= Pablo M. Vidarte =

Spanish inventor

Pablo M. Vidarte is a Spanish inventor and president of Arkyne Technologies founder of Bioo, Arkyne's leading project for the generation of electricity from natural systems through biological batteries.

== Career ==
Pablo Vidarte developed research on external combustion engines in parallel with studies carried out by NASA. He was a finalist in the national innovation award and appeared on the first European Summit of the Singularity University, created by Google and NASA, in 2013 in Budapest, Hungary.

=== Arkyne Technologies ===
On October 27, 2015,  Pablo Vidarte founded the technology company Arkyne Technologies. The company's objective was to serve as a legal vehicle for the development of technological products from their development to their production. The company's first project was called Geoo, within the geolocation device industry. The project was launched with a successful prototype, but was later changed by a rapid and abrupt growth of large companies in the sector and a recent invention to generate electricity from natural systems through biological batteries outside. This concept, developed by the company, pivoted its business model. After a period of early development, Pablo Vidarte, and the rest of the members of the entity at that time, decided to call the project Bioo , being their first biotechnology company. ​

=== Bioo ===
In 2016, Pablo founded Bioo, as a project for the development of applied biotechnologies, such as the generation of electricity from natural ecosystems. Based on research around the world related to microbial fuel cell technology applied to water treatments, Vidarte and his team developed a series of biological reactor prototypes. These were capable of obtaining energy from the organic decomposition of carbon -based substances found in the substrate of natural areas, without harming any living being in the process. The company's first hurdle was the ability to replicate these bio-based batteries in industrial volumes after having to stop shipping its first product concepts. These early reactors required high maintenance and were only capable of being produced individually after prior laboratory development. Vidarte and his team made a first round of financing focused on the development of the standardization of an industrial replication model of their reactors.

== Philosophy and work ==
Vidarte was the writer of the book: "A New Earth. He who lived a thousand lives", and the creator of the Transcentist movement, a philanthropic philosophy based on the future advances of society. Vidarte's philosophy is based on current physics, as well as biology and sociological behaviors on an expanded time scale.

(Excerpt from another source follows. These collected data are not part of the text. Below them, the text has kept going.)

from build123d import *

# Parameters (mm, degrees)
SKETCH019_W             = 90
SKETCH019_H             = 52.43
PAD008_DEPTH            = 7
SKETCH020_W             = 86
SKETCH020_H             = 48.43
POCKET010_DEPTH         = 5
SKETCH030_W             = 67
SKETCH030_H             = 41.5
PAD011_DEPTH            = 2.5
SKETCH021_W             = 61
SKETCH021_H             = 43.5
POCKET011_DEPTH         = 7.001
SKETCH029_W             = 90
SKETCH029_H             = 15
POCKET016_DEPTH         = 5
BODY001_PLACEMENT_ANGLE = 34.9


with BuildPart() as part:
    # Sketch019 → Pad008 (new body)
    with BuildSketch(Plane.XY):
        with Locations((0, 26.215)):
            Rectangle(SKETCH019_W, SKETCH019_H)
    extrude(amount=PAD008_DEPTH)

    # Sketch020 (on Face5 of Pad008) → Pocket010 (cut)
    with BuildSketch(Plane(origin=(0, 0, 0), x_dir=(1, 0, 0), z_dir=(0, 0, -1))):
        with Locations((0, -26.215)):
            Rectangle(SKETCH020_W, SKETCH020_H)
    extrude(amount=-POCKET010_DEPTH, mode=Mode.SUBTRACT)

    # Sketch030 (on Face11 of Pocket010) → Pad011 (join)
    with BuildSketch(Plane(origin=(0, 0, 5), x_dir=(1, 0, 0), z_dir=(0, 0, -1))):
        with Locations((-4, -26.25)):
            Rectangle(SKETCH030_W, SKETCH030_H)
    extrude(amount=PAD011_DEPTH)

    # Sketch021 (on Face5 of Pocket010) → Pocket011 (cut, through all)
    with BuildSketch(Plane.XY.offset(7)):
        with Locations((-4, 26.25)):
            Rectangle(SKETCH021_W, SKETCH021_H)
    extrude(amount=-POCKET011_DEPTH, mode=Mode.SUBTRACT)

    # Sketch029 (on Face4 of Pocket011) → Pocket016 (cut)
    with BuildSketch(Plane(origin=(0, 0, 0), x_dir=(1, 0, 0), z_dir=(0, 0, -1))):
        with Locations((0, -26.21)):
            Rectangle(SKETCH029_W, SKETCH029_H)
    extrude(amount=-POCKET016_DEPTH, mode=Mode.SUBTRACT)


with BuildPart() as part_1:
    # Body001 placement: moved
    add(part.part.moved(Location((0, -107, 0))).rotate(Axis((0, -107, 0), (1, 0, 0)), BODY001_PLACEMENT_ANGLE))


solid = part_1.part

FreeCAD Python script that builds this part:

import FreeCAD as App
import Part
import Sketcher


def add_polygon(sketch, points):
    """Adds a closed chain of lines whose ends are joined by coincident constraints."""
    first, n = sketch.GeometryCount, len(points)
    for a, b in zip(points, points[1:] + points[:1]):
        sketch.addGeometry(Part.LineSegment(App.Vector(*a, 0), App.Vector(*b, 0)), False)
    for i in range(n):
        sketch.addConstraint(Sketcher.Constraint("Coincident", first + i, 2, first + (i + 1) % n, 1))

doc = App.newDocument("Part")
params = doc.addObject("Spreadsheet::Sheet", "Params")
for row, (alias, value) in enumerate([
    ("sketch1_width", "90 mm"),
    ("sketch1_height", "52.43 mm"),
    ("pad1_length", "7 mm"),
    ("sketch2_width", "86 mm"),
    ("sketch2_height", "48.43 mm"),
    ("pocket1_length", "5 mm"),
    ("sketch3_width", "67 mm"),
    ("sketch3_height", "41.5 mm"),
    ("pad2_length", "2.5 mm"),
    ("sketch4_width", "61 mm"),
    ("sketch4_height", "43.5 mm"),
    ("sketch5_width", "90 mm"),
    ("sketch5_height", "15 mm"),
    ("pocket3_length", "5 mm"),
], start=1):
    params.set(f"A{row}", alias)
    params.set(f"B{row}", "=" + value)
    params.setAlias(f"B{row}", alias)

body = doc.addObject("PartDesign::Body", "Body")

sketch1 = body.newObject("Sketcher::SketchObject", "Sketch")
sketch1.AttachmentSupport = (doc.getObject("XY_Plane"), [""])
sketch1.MapMode = "FlatFace"
add_polygon(sketch1, [(-45, 52), (-45, 0), (45, 0), (45, 52)])
sketch1.addConstraint([
    Sketcher.Constraint("Vertical", 0),
    Sketcher.Constraint("Horizontal", 1),
    Sketcher.Constraint("Vertical", 2),
    Sketcher.Constraint("Horizontal", 3),
    Sketcher.Constraint("Symmetric", 0, 2, 1, 2, -1, 1),
    Sketcher.Constraint("DistanceX", 1, 1, 1, 2, 90.0),
    Sketcher.Constraint("DistanceY", 0, 2, 0, 1, 52.43),
])
sketch1.setExpression("Constraints[9]", "Params.sketch1_width")
sketch1.setExpression("Constraints[10]", "Params.sketch1_height")
pad1 = body.newObject("PartDesign::Pad", "Pad")
pad1.Profile = sketch1
pad1.setExpression("Length", "Params.pad1_length")

sketch2 = body.newObject("Sketcher::SketchObject", "Sketch001")
sketch2.AttachmentSupport = (doc.getObject("XY_Plane"), [""])
sketch2.MapMode = "FlatFace"
add_polygon(sketch2, [(-43, 2), (-43, 50), (43, 50), (43, 2)])
sketch2.addConstraint([
    Sketcher.Constraint("Vertical", 0),
    Sketcher.Constraint("Horizontal", 1),
    Sketcher.Constraint("Vertical", 2),
    Sketcher.Constraint("Horizontal", 3),
    Sketcher.Constraint("DistanceX", 1, 1, 1, 2, 86.0),
    Sketcher.Constraint("DistanceX", 0, 2, -1, 1, 43.0),
    Sketcher.Constraint("DistanceY", -1, 1, 2, 2, 2.0),
    Sketcher.Constraint("DistanceY", 0, 1, 0, 2, 48.43),
])
sketch2.setExpression("Constraints[8]", "Params.sketch2_width")
sketch2.setExpression("Constraints[11]", "Params.sketch2_height")
pocket1 = body.newObject("PartDesign::Pocket", "Pocket")
pocket1.Profile = sketch2
pocket1.setExpression("Length", "Params.pocket1_length")
pocket1.Reversed = True

sketch3 = body.newObject("Sketcher::SketchObject", "Sketch002")
sketch3.AttachmentSupport = (doc.getObject("XY_Plane"), [""])
sketch3.MapMode = "FlatFace"
sketch3.AttachmentOffset = App.Placement(App.Vector(0, 0, 5), App.Rotation())
add_polygon(sketch3, [(-38, 6), (-38, 47), (30, 47), (30, 6)])
sketch3.addConstraint([
    Sketcher.Constraint("Vertical", 0),
    Sketcher.Constraint("Horizontal", 1),
    Sketcher.Constraint("Vertical", 2),
    Sketcher.Constraint("Horizontal", 3),
    Sketcher.Constraint("DistanceX", 1, 1, 1, 2, 67.0),
    Sketcher.Constraint("DistanceY", 0, 1, 0, 2, 41.5),
    Sketcher.Constraint("DistanceY", -1, 1, 0, 2, 47.0),
    Sketcher.Constraint("DistanceX", 0, 2, -1, 1, 37.5),
])
sketch3.setExpression("Constraints[8]", "Params.sketch3_width")
sketch3.setExpression("Constraints[9]", "Params.sketch3_height")
pad2 = body.newObject("PartDesign::Pad", "Pad001")
pad2.Profile = sketch3
pad2.setExpression("Length", "Params.pad2_length")
pad2.Reversed = True

sketch4 = body.newObject("Sketcher::SketchObject", "Sketch003")
sketch4.AttachmentSupport = (doc.getObject("XY_Plane"), [""])
sketch4.MapMode = "FlatFace"
sketch4.AttachmentOffset = App.Placement(App.Vector(0, 0, 7), App.Rotation())
add_polygon(sketch4, [(-34, 48), (-34, 4), (26, 4), (26, 48)])
sketch4.addConstraint([
    Sketcher.Constraint("Vertical", 0),
    Sketcher.Constraint("Horizontal", 1),
    Sketcher.Constraint("Vertical", 2),
    Sketcher.Constraint("Horizontal", 3),
    Sketcher.Constraint("DistanceX", 1, 1, 1, 2, 61.0),
    Sketcher.Constraint("DistanceY", 0, 2, 0, 1, 43.5),
    Sketcher.Constraint("DistanceY", -1, 1, 2, 2, 48.0),
    Sketcher.Constraint("DistanceX", 0, 2, -1, 1, 34.5),
])
sketch4.setExpression("Constraints[8]", "Params.sketch4_width")
sketch4.setExpression("Constraints[9]", "Params.sketch4_height")
pocket2 = body.newObject("PartDesign::Pocket", "Pocket001")
pocket2.Profile = sketch4
pocket2.Type = "ThroughAll"

sketch5 = body.newObject("Sketcher::SketchObject", "Sketch004")
sketch5.AttachmentSupport = (doc.getObject("XY_Plane"), [""])
sketch5.MapMode = "FlatFace"
add_polygon(sketch5, [(-45, 19), (-45, 34), (45, 34), (45, 19)])
sketch5.addConstraint([
    Sketcher.Constraint("Vertical", 0),
    Sketcher.Constraint("Horizontal", 1),
    Sketcher.Constraint("Vertical", 2),
    Sketcher.Constraint("Horizontal", 3),
    Sketcher.Constraint("DistanceX", 1, 1, 1, 2, 90.0),
    Sketcher.Constraint("DistanceY", 0, 1, 0, 2, 15.0),
    Sketcher.Constraint("DistanceX", 0, 2, -1, 1, 45.0),
    Sketcher.Constraint("DistanceY", -1, 1, 0, 2, 33.71),
])
sketch5.setExpression("Constraints[8]", "Params.sketch5_width")
sketch5.setExpression("Constraints[9]", "Params.sketch5_height")
pocket3 = body.newObject("PartDesign::Pocket", "Pocket002")
pocket3.Profile = sketch5
pocket3.setExpression("Length", "Params.pocket3_length")
pocket3.Reversed = True
body2 = doc.addObject("PartDesign::Body", "Body001")
doc.recompute()

body.Placement = App.Placement(App.Vector(0, -107, 0), App.Rotation(App.Vector(1, 0, 0), 34.9))
boolean = body2.newObject("PartDesign::Boolean", "Boolean")
boolean.Type = "Fuse"
boolean.addObjects([body])

doc.recompute()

== Awards and recognitions ==

- Top of the list of the Top 50 of the most innovative companies in Europe: European Parliament, Brussels, 2017.
- Forbes List, "30 Under 30" Europe Edition: Forbes, London, 2017.
- Award from the American Chamber of Commerce in Europe. Brussels, 2018.
- First Prize of "Connect Visions to Solutions": German Chamber of Commerce and Industry. Prague, 2017.
- "Spark-life 2017" Award, London, 2017.
- Forbes List, "30 Under 30" Spain: Forbes, Madrid, 2017.
- Most Disruptive Startup of the Year: Google Inc., South Summit, 2016.
- First Prize in Imagine Express: Imagine Foundation; Imagine C. Center, London, 2016.
- National Company, First Prize: VIII SP InterUniversity Award, Madrid, 2016.
- Madrid & Ja-Ye Europe Science Park Award, Madrid, 2016.
- First Place in Energy and Industry: South Summit, Madrid, 2016.
- Manuel Arroyo Award; Barcelona, 2015.
- Best Business Initiative in Catalonia: Barcelona City Council & Aijec, Barcelona, 2015.